Звонко мухачинское утро! Хлопают двери, дребезжат стекла. Резко звучат хриплые спросонья голоса. От остановок с ревом рвут желтые маршрутки, переполненные офисным планктоном. Раздраженно звеня, их безуспешно пытаются догнать пузатые, похожие на дирижабли трамваи с рабочим классом. Вперед, на производство! Навстречу дню! Птички и другие божьи твари безуспешно пытаются перешуметь звучные доказательства жизнедеятельности мухачинских обывателей.

Вау! Городской воздух переливается гламурным разноцветьем – весь спектр от розового до оранжевого. Следы ночного выброса. Мухачинский металлургический завод кое-как пережил «лихие» годы и теперь работает на полную мощность.

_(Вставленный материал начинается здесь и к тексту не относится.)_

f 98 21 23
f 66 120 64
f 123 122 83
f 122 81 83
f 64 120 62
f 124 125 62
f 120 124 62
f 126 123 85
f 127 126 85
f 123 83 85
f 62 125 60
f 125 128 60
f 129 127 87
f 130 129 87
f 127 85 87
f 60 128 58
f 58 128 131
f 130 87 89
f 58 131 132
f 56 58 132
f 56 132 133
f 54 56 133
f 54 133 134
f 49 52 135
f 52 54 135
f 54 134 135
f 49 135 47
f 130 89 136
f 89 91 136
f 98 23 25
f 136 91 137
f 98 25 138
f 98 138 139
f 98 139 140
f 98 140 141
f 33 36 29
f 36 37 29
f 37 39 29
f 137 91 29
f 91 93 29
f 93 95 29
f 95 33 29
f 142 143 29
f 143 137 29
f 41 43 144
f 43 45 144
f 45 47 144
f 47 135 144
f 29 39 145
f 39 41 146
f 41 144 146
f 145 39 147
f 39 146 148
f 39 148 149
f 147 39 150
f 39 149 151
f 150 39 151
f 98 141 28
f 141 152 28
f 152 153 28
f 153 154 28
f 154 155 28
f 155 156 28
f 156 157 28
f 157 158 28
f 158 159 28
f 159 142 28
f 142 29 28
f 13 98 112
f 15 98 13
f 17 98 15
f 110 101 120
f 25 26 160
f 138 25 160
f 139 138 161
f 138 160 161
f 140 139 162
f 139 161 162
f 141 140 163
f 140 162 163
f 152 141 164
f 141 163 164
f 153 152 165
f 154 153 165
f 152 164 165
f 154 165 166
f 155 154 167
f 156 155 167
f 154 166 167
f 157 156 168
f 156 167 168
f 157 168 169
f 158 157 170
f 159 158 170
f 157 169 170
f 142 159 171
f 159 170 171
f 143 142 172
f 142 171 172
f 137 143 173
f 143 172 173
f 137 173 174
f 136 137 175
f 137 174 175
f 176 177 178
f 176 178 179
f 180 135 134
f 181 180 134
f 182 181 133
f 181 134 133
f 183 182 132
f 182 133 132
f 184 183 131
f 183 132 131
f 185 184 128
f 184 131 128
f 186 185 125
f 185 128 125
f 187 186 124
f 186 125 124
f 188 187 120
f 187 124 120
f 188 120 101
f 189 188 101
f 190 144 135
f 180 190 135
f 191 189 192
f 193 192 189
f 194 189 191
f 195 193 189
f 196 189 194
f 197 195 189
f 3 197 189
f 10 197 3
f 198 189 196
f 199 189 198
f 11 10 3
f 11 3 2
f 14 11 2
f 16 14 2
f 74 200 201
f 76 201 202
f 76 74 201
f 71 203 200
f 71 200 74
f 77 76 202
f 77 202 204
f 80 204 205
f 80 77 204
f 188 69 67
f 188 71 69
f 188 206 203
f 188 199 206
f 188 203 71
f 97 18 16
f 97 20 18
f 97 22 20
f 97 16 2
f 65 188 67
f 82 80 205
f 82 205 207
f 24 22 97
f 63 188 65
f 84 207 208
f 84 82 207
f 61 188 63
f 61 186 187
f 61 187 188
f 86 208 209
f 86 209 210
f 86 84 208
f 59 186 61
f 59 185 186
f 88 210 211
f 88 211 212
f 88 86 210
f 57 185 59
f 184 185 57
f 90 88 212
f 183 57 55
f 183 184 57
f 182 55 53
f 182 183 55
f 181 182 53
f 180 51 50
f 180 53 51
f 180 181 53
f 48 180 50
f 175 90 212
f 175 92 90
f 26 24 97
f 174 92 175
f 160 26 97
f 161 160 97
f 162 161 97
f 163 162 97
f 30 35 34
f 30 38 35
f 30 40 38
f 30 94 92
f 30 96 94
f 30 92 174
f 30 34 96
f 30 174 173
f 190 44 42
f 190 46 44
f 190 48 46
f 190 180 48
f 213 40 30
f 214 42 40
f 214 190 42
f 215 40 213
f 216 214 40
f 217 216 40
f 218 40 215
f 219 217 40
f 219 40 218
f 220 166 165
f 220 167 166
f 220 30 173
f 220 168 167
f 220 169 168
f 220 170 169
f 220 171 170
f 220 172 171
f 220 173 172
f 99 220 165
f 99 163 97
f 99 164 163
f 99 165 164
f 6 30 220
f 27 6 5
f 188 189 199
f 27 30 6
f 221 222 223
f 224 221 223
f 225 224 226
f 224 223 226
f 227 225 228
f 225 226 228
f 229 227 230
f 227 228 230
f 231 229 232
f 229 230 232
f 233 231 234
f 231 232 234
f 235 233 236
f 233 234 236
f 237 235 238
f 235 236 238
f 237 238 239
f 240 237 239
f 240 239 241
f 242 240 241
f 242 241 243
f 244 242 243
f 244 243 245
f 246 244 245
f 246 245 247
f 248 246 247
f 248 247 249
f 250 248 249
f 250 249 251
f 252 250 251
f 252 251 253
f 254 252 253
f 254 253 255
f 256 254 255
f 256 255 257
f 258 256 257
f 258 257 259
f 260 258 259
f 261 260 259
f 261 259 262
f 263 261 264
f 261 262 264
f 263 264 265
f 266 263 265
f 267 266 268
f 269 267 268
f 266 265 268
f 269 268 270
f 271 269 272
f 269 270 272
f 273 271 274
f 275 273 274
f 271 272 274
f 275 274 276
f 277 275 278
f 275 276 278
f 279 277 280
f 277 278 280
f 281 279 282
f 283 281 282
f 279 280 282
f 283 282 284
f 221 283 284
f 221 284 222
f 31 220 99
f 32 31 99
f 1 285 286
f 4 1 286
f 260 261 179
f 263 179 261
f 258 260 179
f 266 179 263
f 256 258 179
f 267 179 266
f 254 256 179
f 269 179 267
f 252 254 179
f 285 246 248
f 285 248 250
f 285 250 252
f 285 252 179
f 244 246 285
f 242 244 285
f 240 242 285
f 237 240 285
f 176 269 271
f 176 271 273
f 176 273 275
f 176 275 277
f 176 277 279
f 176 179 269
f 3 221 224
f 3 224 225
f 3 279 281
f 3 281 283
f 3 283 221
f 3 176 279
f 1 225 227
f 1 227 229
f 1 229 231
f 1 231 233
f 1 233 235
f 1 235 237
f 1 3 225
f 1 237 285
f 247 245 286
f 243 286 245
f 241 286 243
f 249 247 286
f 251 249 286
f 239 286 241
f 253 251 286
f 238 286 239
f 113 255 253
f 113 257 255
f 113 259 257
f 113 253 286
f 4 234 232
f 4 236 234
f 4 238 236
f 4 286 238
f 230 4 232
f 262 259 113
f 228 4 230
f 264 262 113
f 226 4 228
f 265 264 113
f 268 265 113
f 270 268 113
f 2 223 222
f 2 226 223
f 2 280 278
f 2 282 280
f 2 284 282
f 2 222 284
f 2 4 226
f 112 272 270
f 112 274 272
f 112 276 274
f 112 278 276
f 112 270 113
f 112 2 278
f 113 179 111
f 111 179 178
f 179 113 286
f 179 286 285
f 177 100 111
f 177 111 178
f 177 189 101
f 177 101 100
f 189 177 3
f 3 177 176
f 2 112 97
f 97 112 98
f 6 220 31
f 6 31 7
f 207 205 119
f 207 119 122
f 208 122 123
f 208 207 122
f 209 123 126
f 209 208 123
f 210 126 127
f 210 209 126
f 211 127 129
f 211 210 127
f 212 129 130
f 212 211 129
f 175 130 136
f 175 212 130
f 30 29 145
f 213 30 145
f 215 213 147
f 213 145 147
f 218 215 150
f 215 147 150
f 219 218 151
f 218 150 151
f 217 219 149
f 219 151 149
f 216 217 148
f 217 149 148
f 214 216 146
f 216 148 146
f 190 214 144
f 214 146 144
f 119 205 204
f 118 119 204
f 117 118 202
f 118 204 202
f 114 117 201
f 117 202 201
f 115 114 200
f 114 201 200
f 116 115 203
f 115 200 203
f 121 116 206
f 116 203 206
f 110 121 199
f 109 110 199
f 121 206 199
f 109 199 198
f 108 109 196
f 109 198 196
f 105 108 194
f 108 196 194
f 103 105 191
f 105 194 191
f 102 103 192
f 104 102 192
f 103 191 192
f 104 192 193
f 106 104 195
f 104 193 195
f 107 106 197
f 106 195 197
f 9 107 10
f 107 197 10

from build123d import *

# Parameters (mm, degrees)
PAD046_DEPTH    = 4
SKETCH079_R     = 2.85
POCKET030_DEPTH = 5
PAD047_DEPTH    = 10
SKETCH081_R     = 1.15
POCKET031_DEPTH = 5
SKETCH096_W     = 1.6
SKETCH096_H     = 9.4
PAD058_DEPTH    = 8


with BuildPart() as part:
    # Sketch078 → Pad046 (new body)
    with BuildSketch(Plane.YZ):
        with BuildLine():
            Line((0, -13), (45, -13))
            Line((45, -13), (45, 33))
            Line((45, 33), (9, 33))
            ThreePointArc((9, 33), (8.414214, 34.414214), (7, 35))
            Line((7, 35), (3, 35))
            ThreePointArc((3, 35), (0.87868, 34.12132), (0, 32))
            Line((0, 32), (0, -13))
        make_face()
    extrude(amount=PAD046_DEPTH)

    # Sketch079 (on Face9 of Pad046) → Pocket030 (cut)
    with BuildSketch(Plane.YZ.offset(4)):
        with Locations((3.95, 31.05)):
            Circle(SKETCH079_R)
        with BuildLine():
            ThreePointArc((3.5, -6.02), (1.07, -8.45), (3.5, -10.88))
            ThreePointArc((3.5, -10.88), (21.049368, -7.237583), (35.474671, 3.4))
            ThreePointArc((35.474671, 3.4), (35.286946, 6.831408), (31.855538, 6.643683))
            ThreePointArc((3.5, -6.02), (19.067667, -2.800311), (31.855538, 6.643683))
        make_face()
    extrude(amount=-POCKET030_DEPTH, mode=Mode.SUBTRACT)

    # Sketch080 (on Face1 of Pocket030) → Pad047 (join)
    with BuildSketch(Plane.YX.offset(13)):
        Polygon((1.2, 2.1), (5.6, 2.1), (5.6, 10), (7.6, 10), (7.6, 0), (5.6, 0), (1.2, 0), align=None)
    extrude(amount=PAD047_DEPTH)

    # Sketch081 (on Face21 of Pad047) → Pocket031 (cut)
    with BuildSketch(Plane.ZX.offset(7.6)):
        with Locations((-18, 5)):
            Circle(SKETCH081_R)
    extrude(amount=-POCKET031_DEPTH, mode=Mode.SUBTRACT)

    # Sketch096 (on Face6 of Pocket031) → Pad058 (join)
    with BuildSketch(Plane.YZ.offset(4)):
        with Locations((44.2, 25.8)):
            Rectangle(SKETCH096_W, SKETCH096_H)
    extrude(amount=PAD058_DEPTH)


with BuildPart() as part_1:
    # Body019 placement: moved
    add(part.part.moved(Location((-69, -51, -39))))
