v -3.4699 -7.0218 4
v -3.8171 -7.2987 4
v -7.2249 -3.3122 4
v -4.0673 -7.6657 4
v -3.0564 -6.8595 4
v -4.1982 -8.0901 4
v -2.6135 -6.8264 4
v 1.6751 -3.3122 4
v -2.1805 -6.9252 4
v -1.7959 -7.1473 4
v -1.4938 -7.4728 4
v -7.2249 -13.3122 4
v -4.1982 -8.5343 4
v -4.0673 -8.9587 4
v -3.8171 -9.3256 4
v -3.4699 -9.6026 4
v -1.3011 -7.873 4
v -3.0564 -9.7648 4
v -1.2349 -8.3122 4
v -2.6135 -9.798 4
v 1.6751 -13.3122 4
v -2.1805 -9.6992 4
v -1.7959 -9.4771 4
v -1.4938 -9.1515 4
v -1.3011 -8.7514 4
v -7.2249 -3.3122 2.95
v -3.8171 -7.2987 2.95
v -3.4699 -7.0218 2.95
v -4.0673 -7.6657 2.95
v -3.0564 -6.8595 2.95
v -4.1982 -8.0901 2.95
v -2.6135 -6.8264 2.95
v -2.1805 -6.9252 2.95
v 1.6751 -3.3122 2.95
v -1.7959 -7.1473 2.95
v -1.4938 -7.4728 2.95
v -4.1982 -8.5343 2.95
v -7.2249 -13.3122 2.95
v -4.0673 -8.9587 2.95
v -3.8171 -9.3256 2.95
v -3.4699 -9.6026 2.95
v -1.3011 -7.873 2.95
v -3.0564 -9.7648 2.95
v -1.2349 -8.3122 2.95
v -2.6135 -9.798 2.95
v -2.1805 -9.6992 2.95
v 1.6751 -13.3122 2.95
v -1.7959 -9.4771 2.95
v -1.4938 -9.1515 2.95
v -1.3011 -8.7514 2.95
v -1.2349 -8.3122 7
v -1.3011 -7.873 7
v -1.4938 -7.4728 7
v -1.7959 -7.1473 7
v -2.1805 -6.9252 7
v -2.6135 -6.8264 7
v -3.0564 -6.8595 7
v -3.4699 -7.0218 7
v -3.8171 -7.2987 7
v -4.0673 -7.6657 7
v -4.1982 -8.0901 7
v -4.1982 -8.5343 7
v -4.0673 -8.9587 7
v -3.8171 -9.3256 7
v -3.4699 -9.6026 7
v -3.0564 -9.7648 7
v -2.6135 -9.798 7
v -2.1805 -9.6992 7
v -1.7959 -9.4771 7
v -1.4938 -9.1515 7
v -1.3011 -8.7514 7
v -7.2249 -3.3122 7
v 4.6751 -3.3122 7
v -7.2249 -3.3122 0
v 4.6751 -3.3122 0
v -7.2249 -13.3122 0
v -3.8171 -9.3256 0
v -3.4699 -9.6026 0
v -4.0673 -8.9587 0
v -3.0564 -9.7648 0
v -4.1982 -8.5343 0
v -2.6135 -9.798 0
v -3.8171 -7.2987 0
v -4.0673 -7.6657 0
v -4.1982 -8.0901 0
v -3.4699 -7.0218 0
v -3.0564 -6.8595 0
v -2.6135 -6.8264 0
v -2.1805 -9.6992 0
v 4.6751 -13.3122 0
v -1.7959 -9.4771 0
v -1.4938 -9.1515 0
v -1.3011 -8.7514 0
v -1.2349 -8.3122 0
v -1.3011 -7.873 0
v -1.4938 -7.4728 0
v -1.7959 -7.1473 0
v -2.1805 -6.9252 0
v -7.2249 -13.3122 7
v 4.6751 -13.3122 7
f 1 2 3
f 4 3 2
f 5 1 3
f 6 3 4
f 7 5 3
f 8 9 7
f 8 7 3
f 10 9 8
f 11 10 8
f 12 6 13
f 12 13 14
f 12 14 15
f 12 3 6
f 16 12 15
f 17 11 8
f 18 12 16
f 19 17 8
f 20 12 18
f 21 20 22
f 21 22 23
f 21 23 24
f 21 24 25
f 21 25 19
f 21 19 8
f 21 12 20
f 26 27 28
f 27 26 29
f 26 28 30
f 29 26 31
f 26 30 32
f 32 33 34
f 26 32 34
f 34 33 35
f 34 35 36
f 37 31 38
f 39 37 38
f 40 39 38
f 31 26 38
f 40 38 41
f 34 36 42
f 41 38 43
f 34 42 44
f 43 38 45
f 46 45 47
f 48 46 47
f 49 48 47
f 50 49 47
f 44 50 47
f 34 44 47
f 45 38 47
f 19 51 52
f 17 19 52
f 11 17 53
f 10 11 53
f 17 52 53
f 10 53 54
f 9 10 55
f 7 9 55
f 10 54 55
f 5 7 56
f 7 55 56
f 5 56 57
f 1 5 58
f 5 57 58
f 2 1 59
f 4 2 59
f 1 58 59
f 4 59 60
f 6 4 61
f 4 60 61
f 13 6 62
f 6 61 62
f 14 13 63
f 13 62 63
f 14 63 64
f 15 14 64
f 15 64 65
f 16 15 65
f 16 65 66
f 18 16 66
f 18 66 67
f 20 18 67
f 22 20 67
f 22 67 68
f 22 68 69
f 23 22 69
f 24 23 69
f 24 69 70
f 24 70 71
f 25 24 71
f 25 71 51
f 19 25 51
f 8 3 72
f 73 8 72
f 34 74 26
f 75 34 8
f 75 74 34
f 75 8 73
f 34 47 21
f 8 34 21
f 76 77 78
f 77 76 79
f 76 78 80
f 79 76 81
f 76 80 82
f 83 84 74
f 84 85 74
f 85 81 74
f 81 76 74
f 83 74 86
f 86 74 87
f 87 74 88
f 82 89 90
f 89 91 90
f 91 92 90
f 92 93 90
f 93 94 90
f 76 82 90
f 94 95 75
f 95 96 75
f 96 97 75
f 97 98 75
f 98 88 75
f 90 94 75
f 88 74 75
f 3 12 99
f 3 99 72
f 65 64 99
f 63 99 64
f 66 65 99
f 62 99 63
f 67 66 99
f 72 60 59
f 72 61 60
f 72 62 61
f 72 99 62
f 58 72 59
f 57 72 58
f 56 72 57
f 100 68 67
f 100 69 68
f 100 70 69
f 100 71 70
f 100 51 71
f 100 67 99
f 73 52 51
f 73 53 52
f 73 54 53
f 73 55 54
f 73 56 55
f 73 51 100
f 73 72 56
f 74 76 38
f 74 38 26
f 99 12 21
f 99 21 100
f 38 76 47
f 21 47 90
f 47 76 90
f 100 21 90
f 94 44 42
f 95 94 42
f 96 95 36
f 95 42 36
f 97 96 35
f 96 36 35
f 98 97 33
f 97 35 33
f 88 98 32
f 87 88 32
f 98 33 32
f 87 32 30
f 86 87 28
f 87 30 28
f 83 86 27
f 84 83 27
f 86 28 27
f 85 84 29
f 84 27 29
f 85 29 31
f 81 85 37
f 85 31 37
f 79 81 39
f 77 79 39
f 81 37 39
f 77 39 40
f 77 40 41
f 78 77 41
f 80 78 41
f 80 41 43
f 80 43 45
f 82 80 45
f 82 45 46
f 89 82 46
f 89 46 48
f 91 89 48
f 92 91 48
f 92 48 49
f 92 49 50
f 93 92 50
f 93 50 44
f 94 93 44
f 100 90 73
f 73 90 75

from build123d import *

# Parameters (mm, degrees)
SKETCH004_W     = 11.9
SKETCH004_H     = 10
PAD002_DEPTH    = 7
SKETCH005_R     = 1.49
POCKET002_DEPTH = 7.001
SKETCH006_W     = 8.9
SKETCH006_H     = 1.05
POCKET003_DEPTH = 10.001


with BuildPart() as part:
    # Sketch004 → Pad002 (new body)
    with BuildSketch(Plane.XY):
        with Locations((-1.274876, -8.312189)):
            Rectangle(SKETCH004_W, SKETCH004_H)
    extrude(amount=PAD002_DEPTH)

    # Sketch005 → Pocket002 (cut, through all)
    with BuildSketch(Plane.XY.offset(7)):
        with Locations((-2.724876, -8.312189)):
            Circle(SKETCH005_R)
    extrude(amount=-POCKET002_DEPTH, mode=Mode.SUBTRACT)

    # Sketch006 → Pocket003 (cut, through all)
    with BuildSketch(Plane.XZ.offset(13.312189)):
        with Locations((-2.774876, 3.475)):
            Rectangle(SKETCH006_W, SKETCH006_H)
    extrude(amount=-POCKET003_DEPTH, mode=Mode.SUBTRACT)


solid = part.part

Забугорные буржуины требуют все больше стали и проката. Мухачинцы покорно откликаются. Впрочем, их желания никто не спрашивает. «Бери больше, кидай дальше! Отдыхай, пока летит». Это называется «экономический рост».

Не поместившиеся в экономический рост человеки вылезают из своих домов позднее. Спешить им некуда. Только дойти до магазина – взять бутылочку. И расслабиться. Энергосбережение.

Школьникам и учащимся тоже пока торопиться не нужно. Занятия еще не начались. Однако Катя уже с утра сидит у подъезда на скамейке и ничего не делает. Ждет сестер. Двойняшки готовятся на выход. Это требует времени. Мама дала бабулей – дочерям сходить в салон красоты. Как сказал Серж, «поправить хаер». Марисабель хочет себе африканские косички. Раз Марисабель, то и Латойя, конечно. Латойя – альтер эго Марисабель. А себе Катя – каре. Модно и практично.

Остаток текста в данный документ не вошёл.